Children in the early years have fun learning. The attentive, caring adults support them well to feel safe and confident. They ensure that the children quickly become familiar with routines and expectations. Learning is well organised and sequenced. Staff get to know children quickly and use this knowledge to make sure that the learning engages them. The adults continually focus on children’s early reading and mathematics skills. Children benefit from listening to a variety of exciting and enjoyable stories throughout the day. They particularly love traditional tales. Staff invent interesting games and activities to help children learn their numbers and shapes. As a result, children do well with their reading and mathematics.

Safeguarding

The arrangements for safeguarding are effective.

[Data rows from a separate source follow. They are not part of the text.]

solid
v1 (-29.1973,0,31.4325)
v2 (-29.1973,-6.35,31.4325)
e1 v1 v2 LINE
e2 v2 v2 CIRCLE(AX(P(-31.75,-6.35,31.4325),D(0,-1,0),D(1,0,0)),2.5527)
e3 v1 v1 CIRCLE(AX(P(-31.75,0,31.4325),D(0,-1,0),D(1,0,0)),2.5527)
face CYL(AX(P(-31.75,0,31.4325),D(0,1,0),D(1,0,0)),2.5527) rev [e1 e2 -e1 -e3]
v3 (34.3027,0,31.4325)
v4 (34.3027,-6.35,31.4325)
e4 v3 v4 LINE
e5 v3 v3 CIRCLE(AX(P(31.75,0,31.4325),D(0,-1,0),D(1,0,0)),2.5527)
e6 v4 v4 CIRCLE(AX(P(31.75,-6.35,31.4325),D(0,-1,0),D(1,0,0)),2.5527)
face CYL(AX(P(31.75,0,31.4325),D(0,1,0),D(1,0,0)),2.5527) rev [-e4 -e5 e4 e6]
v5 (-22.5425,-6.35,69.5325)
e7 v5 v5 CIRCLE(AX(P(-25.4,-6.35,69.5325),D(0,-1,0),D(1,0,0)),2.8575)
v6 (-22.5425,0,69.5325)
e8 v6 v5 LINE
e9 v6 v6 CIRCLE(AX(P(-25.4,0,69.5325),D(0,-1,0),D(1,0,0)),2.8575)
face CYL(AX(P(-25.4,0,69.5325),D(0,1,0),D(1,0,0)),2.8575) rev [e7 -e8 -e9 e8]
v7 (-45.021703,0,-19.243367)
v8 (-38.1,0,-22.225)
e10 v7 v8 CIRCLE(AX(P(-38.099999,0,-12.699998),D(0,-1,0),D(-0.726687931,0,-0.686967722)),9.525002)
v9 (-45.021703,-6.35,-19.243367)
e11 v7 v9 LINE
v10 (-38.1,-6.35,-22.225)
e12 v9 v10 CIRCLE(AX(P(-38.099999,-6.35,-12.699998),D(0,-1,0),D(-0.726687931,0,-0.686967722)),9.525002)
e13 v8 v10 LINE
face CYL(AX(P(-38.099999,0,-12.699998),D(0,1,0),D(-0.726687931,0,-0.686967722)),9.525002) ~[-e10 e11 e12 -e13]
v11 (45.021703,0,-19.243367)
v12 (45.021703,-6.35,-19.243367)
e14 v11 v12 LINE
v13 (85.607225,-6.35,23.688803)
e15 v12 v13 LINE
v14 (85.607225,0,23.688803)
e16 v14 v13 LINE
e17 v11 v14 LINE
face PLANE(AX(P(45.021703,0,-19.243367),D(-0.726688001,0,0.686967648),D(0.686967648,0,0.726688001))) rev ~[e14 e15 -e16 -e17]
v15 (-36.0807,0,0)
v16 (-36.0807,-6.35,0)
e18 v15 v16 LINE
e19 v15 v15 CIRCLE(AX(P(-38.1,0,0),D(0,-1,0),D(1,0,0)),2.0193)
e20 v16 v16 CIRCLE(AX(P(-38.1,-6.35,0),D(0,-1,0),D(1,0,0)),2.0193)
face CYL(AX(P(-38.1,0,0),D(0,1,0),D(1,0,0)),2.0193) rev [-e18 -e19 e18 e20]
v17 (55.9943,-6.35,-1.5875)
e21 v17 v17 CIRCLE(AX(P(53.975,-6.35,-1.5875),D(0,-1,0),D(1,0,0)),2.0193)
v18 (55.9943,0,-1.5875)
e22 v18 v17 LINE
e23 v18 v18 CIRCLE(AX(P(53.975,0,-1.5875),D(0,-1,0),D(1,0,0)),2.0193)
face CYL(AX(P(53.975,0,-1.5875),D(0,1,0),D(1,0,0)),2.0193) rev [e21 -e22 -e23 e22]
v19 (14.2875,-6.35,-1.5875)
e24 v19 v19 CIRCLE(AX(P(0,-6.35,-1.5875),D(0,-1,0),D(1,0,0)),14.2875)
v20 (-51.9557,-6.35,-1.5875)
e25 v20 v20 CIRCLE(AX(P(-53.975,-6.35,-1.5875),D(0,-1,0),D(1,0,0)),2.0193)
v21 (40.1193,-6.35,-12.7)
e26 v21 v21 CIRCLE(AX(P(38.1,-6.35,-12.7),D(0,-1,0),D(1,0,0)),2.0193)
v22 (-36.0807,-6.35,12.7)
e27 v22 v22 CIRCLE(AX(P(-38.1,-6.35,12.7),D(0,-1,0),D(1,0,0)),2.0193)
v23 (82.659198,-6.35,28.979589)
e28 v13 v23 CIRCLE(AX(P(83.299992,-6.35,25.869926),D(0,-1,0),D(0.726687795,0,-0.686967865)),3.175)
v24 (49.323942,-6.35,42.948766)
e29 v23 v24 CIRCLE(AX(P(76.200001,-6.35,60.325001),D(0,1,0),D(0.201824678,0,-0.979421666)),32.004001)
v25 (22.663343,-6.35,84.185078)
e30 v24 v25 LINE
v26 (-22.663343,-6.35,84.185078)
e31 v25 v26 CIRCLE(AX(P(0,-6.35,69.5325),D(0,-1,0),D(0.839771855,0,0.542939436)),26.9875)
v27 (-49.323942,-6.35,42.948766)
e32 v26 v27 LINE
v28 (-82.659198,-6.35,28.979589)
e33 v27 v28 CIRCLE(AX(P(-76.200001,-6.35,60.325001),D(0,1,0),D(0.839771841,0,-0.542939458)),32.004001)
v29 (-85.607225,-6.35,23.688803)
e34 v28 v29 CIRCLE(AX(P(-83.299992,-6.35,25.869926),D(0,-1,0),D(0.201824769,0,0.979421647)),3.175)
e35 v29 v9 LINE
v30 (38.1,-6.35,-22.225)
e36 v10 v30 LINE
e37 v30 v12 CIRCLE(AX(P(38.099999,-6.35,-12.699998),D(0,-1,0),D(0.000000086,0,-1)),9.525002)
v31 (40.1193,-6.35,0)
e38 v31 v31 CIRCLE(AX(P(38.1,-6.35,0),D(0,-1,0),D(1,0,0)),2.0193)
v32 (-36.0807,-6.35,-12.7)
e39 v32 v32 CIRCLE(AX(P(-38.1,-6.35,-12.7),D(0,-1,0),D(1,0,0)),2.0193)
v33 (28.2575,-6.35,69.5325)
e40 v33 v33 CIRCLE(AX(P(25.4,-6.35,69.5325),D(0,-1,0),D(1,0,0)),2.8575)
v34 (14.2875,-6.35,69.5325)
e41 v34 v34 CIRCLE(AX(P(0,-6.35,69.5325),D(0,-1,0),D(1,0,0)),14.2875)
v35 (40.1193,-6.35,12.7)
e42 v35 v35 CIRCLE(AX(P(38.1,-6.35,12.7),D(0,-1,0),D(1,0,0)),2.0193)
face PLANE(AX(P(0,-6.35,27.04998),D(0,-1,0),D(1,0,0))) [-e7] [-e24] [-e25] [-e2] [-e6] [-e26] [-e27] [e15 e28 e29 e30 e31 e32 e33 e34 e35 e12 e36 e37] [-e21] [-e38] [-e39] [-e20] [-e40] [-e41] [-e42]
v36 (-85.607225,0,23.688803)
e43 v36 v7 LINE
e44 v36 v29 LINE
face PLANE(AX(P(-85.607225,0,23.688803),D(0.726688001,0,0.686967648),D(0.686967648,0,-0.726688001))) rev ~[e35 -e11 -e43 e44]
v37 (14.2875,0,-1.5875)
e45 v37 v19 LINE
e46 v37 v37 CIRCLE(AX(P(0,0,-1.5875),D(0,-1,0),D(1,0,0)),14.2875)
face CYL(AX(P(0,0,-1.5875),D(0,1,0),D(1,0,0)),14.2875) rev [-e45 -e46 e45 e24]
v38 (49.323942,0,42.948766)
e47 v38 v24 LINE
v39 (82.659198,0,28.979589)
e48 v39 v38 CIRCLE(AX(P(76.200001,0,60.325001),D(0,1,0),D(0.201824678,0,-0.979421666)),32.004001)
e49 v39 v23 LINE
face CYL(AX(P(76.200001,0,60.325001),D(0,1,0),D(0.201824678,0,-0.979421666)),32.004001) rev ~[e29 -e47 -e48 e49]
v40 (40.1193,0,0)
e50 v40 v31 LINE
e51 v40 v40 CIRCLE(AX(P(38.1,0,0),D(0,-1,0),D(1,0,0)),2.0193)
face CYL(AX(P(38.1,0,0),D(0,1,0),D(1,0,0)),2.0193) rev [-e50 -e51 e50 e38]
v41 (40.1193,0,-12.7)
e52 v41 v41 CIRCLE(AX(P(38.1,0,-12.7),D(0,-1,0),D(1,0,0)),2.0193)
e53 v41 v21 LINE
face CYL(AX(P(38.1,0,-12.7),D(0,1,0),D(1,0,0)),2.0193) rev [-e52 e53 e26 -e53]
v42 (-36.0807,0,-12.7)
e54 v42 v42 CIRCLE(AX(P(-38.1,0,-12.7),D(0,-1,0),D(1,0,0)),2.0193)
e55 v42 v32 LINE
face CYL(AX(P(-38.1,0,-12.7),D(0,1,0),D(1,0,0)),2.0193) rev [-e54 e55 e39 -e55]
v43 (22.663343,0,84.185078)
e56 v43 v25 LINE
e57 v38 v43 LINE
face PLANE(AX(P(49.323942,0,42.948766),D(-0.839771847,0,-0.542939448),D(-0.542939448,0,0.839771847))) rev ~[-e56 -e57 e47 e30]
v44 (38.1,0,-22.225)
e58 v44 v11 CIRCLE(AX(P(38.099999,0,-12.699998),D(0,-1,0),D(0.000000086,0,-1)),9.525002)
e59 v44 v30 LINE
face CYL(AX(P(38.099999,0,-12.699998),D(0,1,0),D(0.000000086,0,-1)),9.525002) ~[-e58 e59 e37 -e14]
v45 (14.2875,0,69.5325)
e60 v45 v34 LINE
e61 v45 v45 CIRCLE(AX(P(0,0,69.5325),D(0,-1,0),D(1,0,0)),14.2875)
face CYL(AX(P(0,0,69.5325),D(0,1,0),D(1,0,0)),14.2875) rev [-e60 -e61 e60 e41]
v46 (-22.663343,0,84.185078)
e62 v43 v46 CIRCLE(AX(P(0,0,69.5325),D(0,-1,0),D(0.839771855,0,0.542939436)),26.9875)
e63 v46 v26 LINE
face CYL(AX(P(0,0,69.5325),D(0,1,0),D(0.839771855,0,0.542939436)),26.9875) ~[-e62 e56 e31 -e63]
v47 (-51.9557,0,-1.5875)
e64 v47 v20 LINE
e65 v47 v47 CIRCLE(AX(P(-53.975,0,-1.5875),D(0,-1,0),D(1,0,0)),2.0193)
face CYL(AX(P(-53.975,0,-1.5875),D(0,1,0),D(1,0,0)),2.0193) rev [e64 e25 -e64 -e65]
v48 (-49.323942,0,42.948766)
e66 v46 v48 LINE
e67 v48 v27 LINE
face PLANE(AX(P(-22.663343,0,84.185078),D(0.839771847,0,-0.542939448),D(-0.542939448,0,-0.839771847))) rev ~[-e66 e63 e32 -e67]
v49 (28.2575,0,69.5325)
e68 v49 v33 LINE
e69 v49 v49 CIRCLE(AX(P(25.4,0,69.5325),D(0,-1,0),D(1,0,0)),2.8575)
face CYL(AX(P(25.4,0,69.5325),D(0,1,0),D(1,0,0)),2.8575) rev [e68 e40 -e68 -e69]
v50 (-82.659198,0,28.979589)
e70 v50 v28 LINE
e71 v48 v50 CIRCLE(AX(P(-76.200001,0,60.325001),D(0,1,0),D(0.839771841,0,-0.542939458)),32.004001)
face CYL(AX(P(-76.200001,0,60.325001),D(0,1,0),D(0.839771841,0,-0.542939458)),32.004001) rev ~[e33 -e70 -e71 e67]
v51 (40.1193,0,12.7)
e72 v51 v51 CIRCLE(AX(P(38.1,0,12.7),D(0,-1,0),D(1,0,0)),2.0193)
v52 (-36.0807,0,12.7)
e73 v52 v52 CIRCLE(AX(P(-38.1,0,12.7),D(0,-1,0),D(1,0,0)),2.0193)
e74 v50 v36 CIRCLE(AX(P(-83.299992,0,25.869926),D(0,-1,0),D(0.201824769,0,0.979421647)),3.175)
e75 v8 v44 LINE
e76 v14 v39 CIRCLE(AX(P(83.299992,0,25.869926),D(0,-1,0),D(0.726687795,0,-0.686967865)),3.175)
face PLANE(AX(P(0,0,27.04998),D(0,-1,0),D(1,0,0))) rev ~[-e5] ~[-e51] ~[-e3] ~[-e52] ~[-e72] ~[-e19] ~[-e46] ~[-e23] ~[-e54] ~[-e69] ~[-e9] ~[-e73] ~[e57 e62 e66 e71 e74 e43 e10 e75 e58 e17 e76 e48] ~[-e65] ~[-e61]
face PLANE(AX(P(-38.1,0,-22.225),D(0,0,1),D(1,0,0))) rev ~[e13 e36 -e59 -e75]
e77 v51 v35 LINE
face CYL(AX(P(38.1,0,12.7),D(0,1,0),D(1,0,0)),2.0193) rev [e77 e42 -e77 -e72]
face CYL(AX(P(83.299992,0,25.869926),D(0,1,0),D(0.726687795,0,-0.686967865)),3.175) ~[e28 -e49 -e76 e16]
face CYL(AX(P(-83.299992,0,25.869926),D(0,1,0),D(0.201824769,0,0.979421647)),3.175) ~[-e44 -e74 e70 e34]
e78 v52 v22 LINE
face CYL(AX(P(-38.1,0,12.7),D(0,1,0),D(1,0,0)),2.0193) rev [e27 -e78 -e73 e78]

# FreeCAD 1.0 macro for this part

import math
import FreeCAD as App
import Part
import Sketcher
from FreeCAD import Vector
Q = App.Units.Quantity

doc = App.newDocument("Part")
params = doc.addObject("Spreadsheet::Sheet", "Params")
for row, (alias, value) in enumerate([
    ("sketch1_width", "3 in"),
    ("sketch1_radius", "1.26 in"),
    ("sketch1_diameter", "0.159 in"),
    ("sketch1_diameter2", "1.125 in"),
    ("sketch1_diameter3", "0.201 in"),
    ("pad1_length", "0.25 in"),
], start=1):
    params.set(f"A{row}", alias)
    params.set(f"B{row}", "=" + value)
    params.setAlias(f"B{row}", alias)

body = doc.addObject("PartDesign::Body", "Body")

# Sketch on XZ plane
sketch1 = doc.addObject("Sketcher::SketchObject", "Sketch")
body.addObject(sketch1)
sketch1.AttachmentSupport = (doc.XZ_Plane, [""])
sketch1.MapMode = "FlatFace"
sketch1.addGeometry([
    Part.ArcOfCircle(Part.Circle(Vector(-76.200001, 60.325001, 0), Vector(0, 0, 1), 32.004001), math.radians(-101.643682), math.radians(-32.883966)),  # 0
    Part.ArcOfCircle(Part.Circle(Vector(-83.299992, 25.869926, 0), Vector(0, 0, 1), 3.175), math.radians(78.356313), math.radians(223.390566)),  # 1
    Part.LineSegment(Vector(-85.607225, 23.688803, 0), Vector(-45.021703, -19.243367, 0)),  # 2
    Part.ArcOfCircle(Part.Circle(Vector(-38.099999, -12.699998, 0), Vector(0, 0, 1), 9.525002), math.radians(-136.609446), math.radians(-90.000005)),  # 3
    Part.LineSegment(Vector(-38.1, -22.225, 0), Vector(38.1, -22.225, 0)),  # 4
    Part.ArcOfCircle(Part.Circle(Vector(38.099999, -12.699998, 0), Vector(0, 0, 1), 9.525002), math.radians(-89.999995), math.radians(-43.390554)),  # 5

Staff are extremely vigilant in their duty to make sure children are safe. They fully understand any risks pupils may face and know how to recognise any signs of these risks. Staff note down any concerns quickly and leaders make sure that all record-keeping is comprehensive and up to date. The family support worker provides many families with invaluable advice and support. Staff work closely with other agencies to ensure that families receive any extra help they may need.

What does the school need to do to improve?

(Information for the school and appropriate authority)

The strengths seen in English and mathematics are not matched in all other subjects. While subject leaders have already begun to address this, the content of some subjects is not yet sequenced well. This is the case in art, geography, and design and technology. Consequently, pupils’ learning in these subjects does not build well on their earlier learning. Leaders need to ensure that all subjects are well planned and carefully sequenced and that teachers have the subject knowledge to deliver them effectively.